Brother Dodger drove the boat on the way up to Wildhorse and I was the tour guide pointing out the different areas of the lake. LOAH was pointing out some of the great areas to camp along the shoreline and we passed the same spot that I had seen the tube floating 50 feet offshore yesterday. No one was there. I thought that was pretty strange. People don't usually leave on a Friday night. I found out why later. http://www.ksl.com/?sid=16922099&nid=148 A man had died right there going after that tube I saw floating. How awful for his family. It is very sad and to think it was so close to where I was, was pretty unnerving.

We arrived at Wildhorse and set the riggers. I showed LOAH how to get set in the downrigger and we did a test run so he could get the feel for snapping out. He picked it up like a fish picks up swimming. I've never seen anyone that took to the downrigger so naturally. He didn't fumble with the releases or have problems with the clutch mechanism at all. He looked right at home running the rigger.

Of course, while we were working on getting set, Brother Dodger and his wife had already gotten set and they were pulling in their first fish. For the second day in a row, someone, Brother Dodger in this case, dropped the rigger ball right on a lake trout's face. He was just a little guy, but a good start to the day.










It took a little while to find the kokanees, but we started off with a few smaller ones.



















LOAH got his first koke, though it was a smaller one. The fishing was a lot slower than the previous day but I knew we would eventually get him a better one.










He ended up catching a bunch of small ones and made me a littler nervous about getting him a better one.










Sister Dodger was no stranger to the fish either and caught a few herself. Just to be clear, she is not a Ute fan. The jacket belongs to Brother Dodger who received it as a gag gift and liked the way that it fit. For the record, he's a die hard cougar, though his priorities are a little skewed. :mrgreen:










We had a bunch of fish come and go. LOAH got tired of taking pictures (and my camera, surprise surprise, was down again). Sister Dodger took a few pictures but I didn't get a hold of those. We caught a couple of 3rd years that went into the box.

I really enjoyed talking with LOAH. My family told me later that they were a little bewildered watching us talk. It was like two comic-con nerds talking about Superman but about fishing. They weren't sure that people like me existed. LOAH proved to them I'm not the only weird one in the universe. 

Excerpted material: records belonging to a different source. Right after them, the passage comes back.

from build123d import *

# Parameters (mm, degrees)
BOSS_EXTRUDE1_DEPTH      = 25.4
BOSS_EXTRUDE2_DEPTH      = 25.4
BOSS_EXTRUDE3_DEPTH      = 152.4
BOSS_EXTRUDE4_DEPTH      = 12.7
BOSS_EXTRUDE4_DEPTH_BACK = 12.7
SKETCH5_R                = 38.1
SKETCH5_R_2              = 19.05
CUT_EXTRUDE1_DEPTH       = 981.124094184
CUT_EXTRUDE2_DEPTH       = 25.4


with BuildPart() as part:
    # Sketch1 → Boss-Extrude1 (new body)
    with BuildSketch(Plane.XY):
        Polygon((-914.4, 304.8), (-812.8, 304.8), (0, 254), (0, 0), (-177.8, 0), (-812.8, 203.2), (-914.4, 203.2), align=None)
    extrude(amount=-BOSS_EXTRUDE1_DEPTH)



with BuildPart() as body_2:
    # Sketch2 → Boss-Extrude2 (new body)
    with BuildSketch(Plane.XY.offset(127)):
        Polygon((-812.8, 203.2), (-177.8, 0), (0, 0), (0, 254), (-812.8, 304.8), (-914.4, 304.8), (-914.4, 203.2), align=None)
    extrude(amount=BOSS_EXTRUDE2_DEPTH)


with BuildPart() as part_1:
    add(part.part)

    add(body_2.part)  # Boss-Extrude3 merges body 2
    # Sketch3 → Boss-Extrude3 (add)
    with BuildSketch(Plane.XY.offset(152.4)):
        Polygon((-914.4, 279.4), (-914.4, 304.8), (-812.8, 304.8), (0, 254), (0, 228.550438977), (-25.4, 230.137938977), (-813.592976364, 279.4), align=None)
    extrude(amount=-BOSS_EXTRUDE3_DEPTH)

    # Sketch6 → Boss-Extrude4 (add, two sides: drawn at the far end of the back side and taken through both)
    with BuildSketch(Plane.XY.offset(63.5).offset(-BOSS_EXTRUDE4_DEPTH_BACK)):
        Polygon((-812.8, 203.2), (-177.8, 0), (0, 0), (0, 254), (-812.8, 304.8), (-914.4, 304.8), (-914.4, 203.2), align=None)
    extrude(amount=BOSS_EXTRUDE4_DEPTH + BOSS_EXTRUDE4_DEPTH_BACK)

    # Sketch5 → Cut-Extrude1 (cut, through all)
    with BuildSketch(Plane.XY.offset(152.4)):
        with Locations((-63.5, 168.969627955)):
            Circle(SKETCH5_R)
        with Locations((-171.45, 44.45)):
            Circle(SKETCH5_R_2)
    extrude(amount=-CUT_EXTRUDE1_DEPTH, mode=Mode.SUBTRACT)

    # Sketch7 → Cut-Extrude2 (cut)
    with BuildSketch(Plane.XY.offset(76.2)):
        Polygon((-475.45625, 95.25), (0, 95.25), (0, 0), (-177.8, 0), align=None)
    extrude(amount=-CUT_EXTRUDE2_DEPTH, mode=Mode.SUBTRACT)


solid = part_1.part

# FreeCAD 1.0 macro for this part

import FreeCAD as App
import Part
import Sketcher

V = App.Vector
Q = App.Units.Quantity

doc = App.newDocument("Part")
body = doc.addObject("PartDesign::Body", "Body")

# Sketch on XY plane
sketch1 = body.newObject("Sketcher::SketchObject", "Sketch")
sketch1.AttachmentSupport = (doc.getObject("XY_Plane"), [""])
sketch1.MapMode = "FlatFace"
sketch1.addGeometry([
    Part.LineSegment(V(-813, 305, 0), V(-914, 305, 0)),  # 0
    Part.LineSegment(V(-914, 305, 0), V(-914, 203, 0)),  # 1
    Part.LineSegment(V(-914, 203, 0), V(-813, 203, 0)),  # 2
    Part.LineSegment(V(-813, 203, 0), V(-178, 0, 0)),  # 3
    Part.LineSegment(V(-178, 0, 0), V(0, 0, 0)),  # 4
    Part.LineSegment(V(0, 0, 0), V(0, 254, 0)),  # 5
    Part.LineSegment(V(0, 254, 0), V(-813, 305, 0)),  # 6
], False)
sketch1.addConstraint([
    Sketcher.Constraint("Coincident", 0, 2, 1, 1),
    Sketcher.Constraint("Coincident", 1, 2, 2, 1),
    Sketcher.Constraint("Coincident", 2, 2, 3, 1),
    Sketcher.Constraint("Coincident", 3, 2, 4, 1),
    Sketcher.Constraint("Coincident", 4, 2, 5, 1),
    Sketcher.Constraint("Coincident", 5, 2, 6, 1),
    Sketcher.Constraint("Coincident", 6, 2, 0, 1),
    Sketcher.Constraint("Horizontal", 0),
    Sketcher.Constraint("Vertical", 1),
    Sketcher.Constraint("Horizontal", 2),
    Sketcher.Constraint("Horizontal", 4),
    Sketcher.Constraint("Vertical", 5),
    Sketcher.Constraint("Coincident", 4, 2, -1, 1),
    Sketcher.Constraint("Vertical", 2, 2, 6, 2),
    Sketcher.Constraint("Equal", 2, 1),
    Sketcher.Constraint("DistanceX", 0, 2, 0, 1, Q("4 in")),
    Sketcher.Constraint("DistanceX", 4, 1, 4, 2, Q("7 in")),
    Sketcher.Constraint("DistanceY", 5, 1, 5, 2, Q("10 in")),
    Sketcher.Constraint("DistanceX", 0, 2, -1, 1, Q("36 in")),
    Sketcher.Constraint("DistanceY", -1, 1, 0, 2, Q("12 in")),
])
pad1 = body.newObject("PartDesign::Pad", "Pad")
pad1.Profile = sketch1
pad1.Length = Q("1 in")
pad1.Reversed = True
body2 = doc.addObject("PartDesign::Body", "Body001")

# Sketch on XY plane
sketch2 = body2.newObject("Sketcher::SketchObject", "Sketch001")
sketch2.AttachmentSupport = (doc.getObject("XY_Plane001"), [""])
sketch2.MapMode = "FlatFace"
sketch2.AttachmentOffset = App.Placement(V(0, 0, 5 * 25.4), App.Rotation())
sketch2.addGeometry([
    Part.LineSegment(V(-813, 203, 0), V(-178, 0, 0)),  # 0
    Part.LineSegment(V(-178, 0, 0), V(0, 0, 0)),  # 1
    Part.LineSegment(V(0, 0, 0), V(0, 254, 0)),  # 2
    Part.LineSegment(V(0, 254, 0), V(-813, 305, 0)),  # 3
    Part.LineSegment(V(-813, 305, 0), V(-914, 305, 0)),  # 4
    Part.LineSegment(V(-914, 305, 0), V(-914, 203, 0)),  # 5
    Part.LineSegment(V(-914, 203, 0), V(-813, 203, 0)),  # 6
], False)
sketch2.addConstraint([
    Sketcher.Constraint("Coincident", 0, 2, 1, 1),
    Sketcher.Constraint("Coincident", 1, 2, 2, 1),
    Sketcher.Constraint("Coincident", 2, 2, 3, 1),
    Sketcher.Constraint("Coincident", 3, 2, 4, 1),
    Sketcher.Constraint("Coincident", 4, 2, 5, 1),
    Sketcher.Constraint("Coincident", 5, 2, 6, 1),
    Sketcher.Constraint("Coincident", 6, 2, 0, 1),
    Sketcher.Constraint("Horizontal", 1),
    Sketcher.Constraint("Vertical", 2),
    Sketcher.Constraint("Horizontal", 4),
    Sketcher.Constraint("Vertical", 5),
    Sketcher.Constraint("Horizontal", 6),
    Sketcher.Constraint("Coincident", 1, 2, -1, 1),
    Sketcher.Constraint("Vertical", 3, 2, 6, 2),
    Sketcher.Constraint("Equal", 6, 5),
    Sketcher.Constraint("DistanceX", 1, 1, 1, 2, Q("7 in")),
    Sketcher.Constraint("DistanceX", 4, 2, 4, 1, Q("4 in")),
    Sketcher.Constraint("DistanceY", 2, 1, 2, 2, Q("10 in")),
    Sketcher.Constraint("DistanceX", 3, 2, -1, 1, Q("32 in")),
    Sketcher.Constraint("DistanceY", -1, 1, 3, 2, Q("12 in")),
])
pad2 = body2.newObject("PartDesign::Pad", "Pad001")
pad2.Profile = sketch2
pad2.Length = Q("1 in")
body.AllowCompound = True
doc.recompute()

boolean = body.newObject("PartDesign::Boolean", "Boolean")
boolean.Type = "Fuse"
boolean.addObjects([body2])

# Sketch on XY plane
sketch3 = body.newObject("Sketcher::SketchObject", "Sketch002")
sketch3.AttachmentSupport = (doc.getObject("XY_Plane"), [""])
sketch3.MapMode = "FlatFace"
sketch3.AttachmentOffset = App.Placement(V(0, 0, 6 * 25.4), App.Rotation())
sketch3.addGeometry([
    Part.LineSegment(V(-914, 305, 0), V(-914, 279, 0)),  # 0
    Part.LineSegment(V(-914, 279, 0), V(-814, 279, 0)),  # 1
    Part.LineSegment(V(-814, 279, 0), V(0, 229, 0)),  # 2
    Part.LineSegment(V(0, 229, 0), V(0, 254, 0)),  # 3
    Part.LineSegment(V(0, 254, 0), V(-813, 305, 0)),  # 4
    Part.LineSegment(V(-813, 305, 0), V(-914, 305, 0)),  # 5
], False)
sketch3.addConstraint([
    Sketcher.Constraint("Coincident", 0, 2, 1, 1),
    Sketcher.Constraint("Coincident", 1, 2, 2, 1),
    Sketcher.Constraint("Coincident", 2, 2, 3, 1),
    Sketcher.Constraint("Coincident", 3, 2, 4, 1),
    Sketcher.Constraint("Coincident", 4, 2, 5, 1),
    Sketcher.Constraint("Coincident", 5, 2, 0, 1),
    Sketcher.Constraint("Vertical", 0),
    Sketcher.Constraint("Horizontal", 1),
    Sketcher.Constraint("Vertical", 3),
    Sketcher.Constraint("Horizontal", 5),
    Sketcher.Constraint("PointOnObject", 2, 2, -2),
    Sketcher.Constraint("Parallel", 2, 4),
    Sketcher.Constraint("DistanceX", 5, 2, 5, 1, Q("4 in")),
    Sketcher.Constraint("DistanceY", 0, 2, 0, 1, Q("1 in")),
    Sketcher.Constraint("DistanceX", 0, 2, -1, 1, Q("36 in")),
    Sketcher.Constraint("DistanceY", -1, 1, 0, 2, Q("11 in")),
    Sketcher.Constraint("DistanceY", -1, 1, 3, 2, Q("10 in")),
    Sketcher.Constraint("DistanceY", 3, 1, 3, 2, Q("25.449561 mm")),
])
pad3 = body.newObject("PartDesign::Pad", "Pad002")
pad3.Profile = sketch3
pad3.Length = Q("6 in")
pad3.Reversed = True

# Sketch on XY plane
sketch4 = body.newObject("Sketcher::SketchObject", "Sketch003")
sketch4.AttachmentSupport = (doc.getObject("XY_Plane"), [""])
sketch4.MapMode = "FlatFace"
sketch4.AttachmentOffset = App.Placement(V(0, 0, 2.5 * 25.4), App.Rotation())
sketch4.addGeometry([
    Part.LineSegment(V(-813, 203, 0), V(-178, 0, 0)),  # 0
    Part.LineSegment(V(-178, 0, 0), V(0, 0, 0)),  # 1
    Part.LineSegment(V(0, 0, 0), V(0, 254, 0)),  # 2
    Part.LineSegment(V(0, 254, 0), V(-813, 305, 0)),  # 3
    Part.LineSegment(V(-813, 305, 0), V(-914, 305, 0)),  # 4
    Part.LineSegment(V(-914, 305, 0), V(-914, 203, 0)),  # 5
    Part.LineSegment(V(-914, 203, 0), V(-813, 203, 0)),  # 6
], False)
sketch4.addConstraint([
    Sketcher.Constraint("Coincident", 0, 2, 1, 1),
    Sketcher.Constraint("Coincident", 1, 2, 2, 1),
    Sketcher.Constraint("Coincident", 2, 2, 3, 1),
    Sketcher.Constraint("Coincident", 3, 2, 4, 1),
    Sketcher.Constraint("Coincident", 4, 2, 5, 1),
    Sketcher.Constraint("Coincident", 5, 2, 6, 1),
    Sketcher.Constraint("Coincident", 6, 2, 0, 1),
    Sketcher.Constraint("Horizontal", 1),
    Sketcher.Constraint("Vertical", 2),
    Sketcher.Constraint("Horizontal", 4),
    Sketcher.Constraint("Vertical", 5),
    Sketcher.Constraint("Horizontal", 6),
    Sketcher.Constraint("Coincident", 1, 2, -1, 1),
    Sketcher.Constraint("Vertical", 3, 2, 6, 2),
    Sketcher.Constraint("Equal", 6, 5),
    Sketcher.Constraint("DistanceX", 1, 1, 1, 2, Q("7 in")),
    Sketcher.Constraint("DistanceX", 4, 2, 4, 1, Q("4 in")),
    Sketcher.Constraint("DistanceY", 2, 1, 2, 2, Q("10 in")),
    Sketcher.Constraint("DistanceX", 3, 2, -1, 1, Q("32 in")),
    Sketcher.Constraint("DistanceY", -1, 1, 3, 2, Q("12 in")),
])
pad4 = body.newObject("PartDesign::Pad", "Pad003")
pad4.Profile = sketch4
pad4.Type = "TwoLengths"
pad4.Length = Q("0.5 in")
pad4.Length2 = Q("0.5 in")

# Sketch on XY plane
sketch5 = body.newObject("Sketcher::SketchObject", "Sketch004")
sketch5.AttachmentSupport = (doc.getObject("XY_Plane"), [""])
sketch5.MapMode = "FlatFace"
sketch5.AttachmentOffset = App.Placement(V(0, 0, 6 * 25.4), App.Rotation())
sketch5.addGeometry([
    Part.Circle(V(-64, 169, 0), V(0, 0, 1), 38),
    Part.Circle(V(-171, 44, 0), V(0, 0, 1), 19),
], False)
sketch5.addConstraint([
    Sketcher.Constraint("Diameter", 0, Q("3 in")),
    Sketcher.Constraint("Diameter", 1, Q("1.5 in")),
    Sketcher.Constraint("DistanceX", 0, 3, -1, 1, Q("2.5 in")),
    Sketcher.Constraint("DistanceX", 1, 3, -1, 1, Q("6.75 in")),
    Sketcher.Constraint("DistanceY", -1, 1, 1, 3, Q("1.75 in")),
    Sketcher.Constraint("DistanceY", -1, 1, 0, 3, Q("168.969628 mm")),
])
pocket1 = body.newObject("PartDesign::Pocket", "Pocket")
pocket1.Profile = sketch5
pocket1.Type = "ThroughAll"

# Sketch on XY plane
sketch6 = body.newObject("Sketcher::SketchObject", "Sketch005")
sketch6.AttachmentSupport = (doc.getObject("XY_Plane"), [""])
sketch6.MapMode = "FlatFace"
sketch6.AttachmentOffset = App.Placement(V(0, 0, 3 * 25.4), App.Rotation())
sketch6.addGeometry([
    Part.LineSegment(V(0, 95, 0), V(-475, 95, 0)),
    Part.LineSegment(V(-475, 95, 0), V(-178, 0, 0)),
    Part.LineSegment(V(-178, 0, 0), V(0, 0, 0)),
    Part.LineSegment(V(0, 0, 0), V(0, 95, 0)),
], False)
sketch6.addConstraint([
    Sketcher.Constraint("Coincident", 0, 2, 1, 1),
    Sketcher.Constraint("Coincident", 1, 2, 2, 1),
    Sketcher.Constraint("Coincident", 2, 2, 3, 1),
    Sketcher.Constraint("Coincident", 3, 2, 0, 1),
    Sketcher.Constraint("Horizontal", 0),
    Sketcher.Constraint("Horizontal", 2),
    Sketcher.Constraint("Vertical", 3),
    Sketcher.Constraint("Coincident", 2, 2, -1, 1),
    Sketcher.Constraint("DistanceX", 2, 1, 2, 2, Q("7 in")),
    Sketcher.Constraint("DistanceY", 3, 1, 3, 2, Q("3.75 in")),
    Sketcher.Constraint("DistanceX", 0, 2, 0, 1, Q("18.71875 in")),
])
pocket2 = body.newObject("PartDesign::Pocket", "Pocket001")
pocket2.Profile = sketch6
pocket2.Length = Q("1 in")

doc.recompute()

In the distance, we saw some clouds building up and took a brief pit stop at the Anvil Draw. The fishing was a little tough and the rain was impending. I figured that the Canyon is always a better place to be in the wind and I hadn't been to my spot near Red Cliffs in a while. I was hoping that it improved a little bit.

We got down there and the rain was on us. The girls stayed dry and Brother Dodger did ok too. LOAH stayed mostly dry. I was wet. But, I've always said "you can be X at home, but you can't fish there." X can be whatever, tired, wet, cold, hungry, sick, etc. Today, I could have been wet at home but I can't fish there. I was enjoying myself even so.

LOAH was a lot of fun to fish with even in challenging conditions. He was a good sport and went a long way to keeping morale up on the boat. As the rain would come in, the few fish would stop biting. We'd catch a little sun and a little koke or a little rainbow or some other little fish. Finally, there was a hit on Sister Dodger's rod but she was too cold to reel in. LOAH fired up his second pole permit and ran to get it. He did a great job fighting the fish in. It's like he does it on a regular basis. :mrgreen:

It was a nice 4th year koke. I was really happy, even though this was smaller for a fourth year, it was still a better fish.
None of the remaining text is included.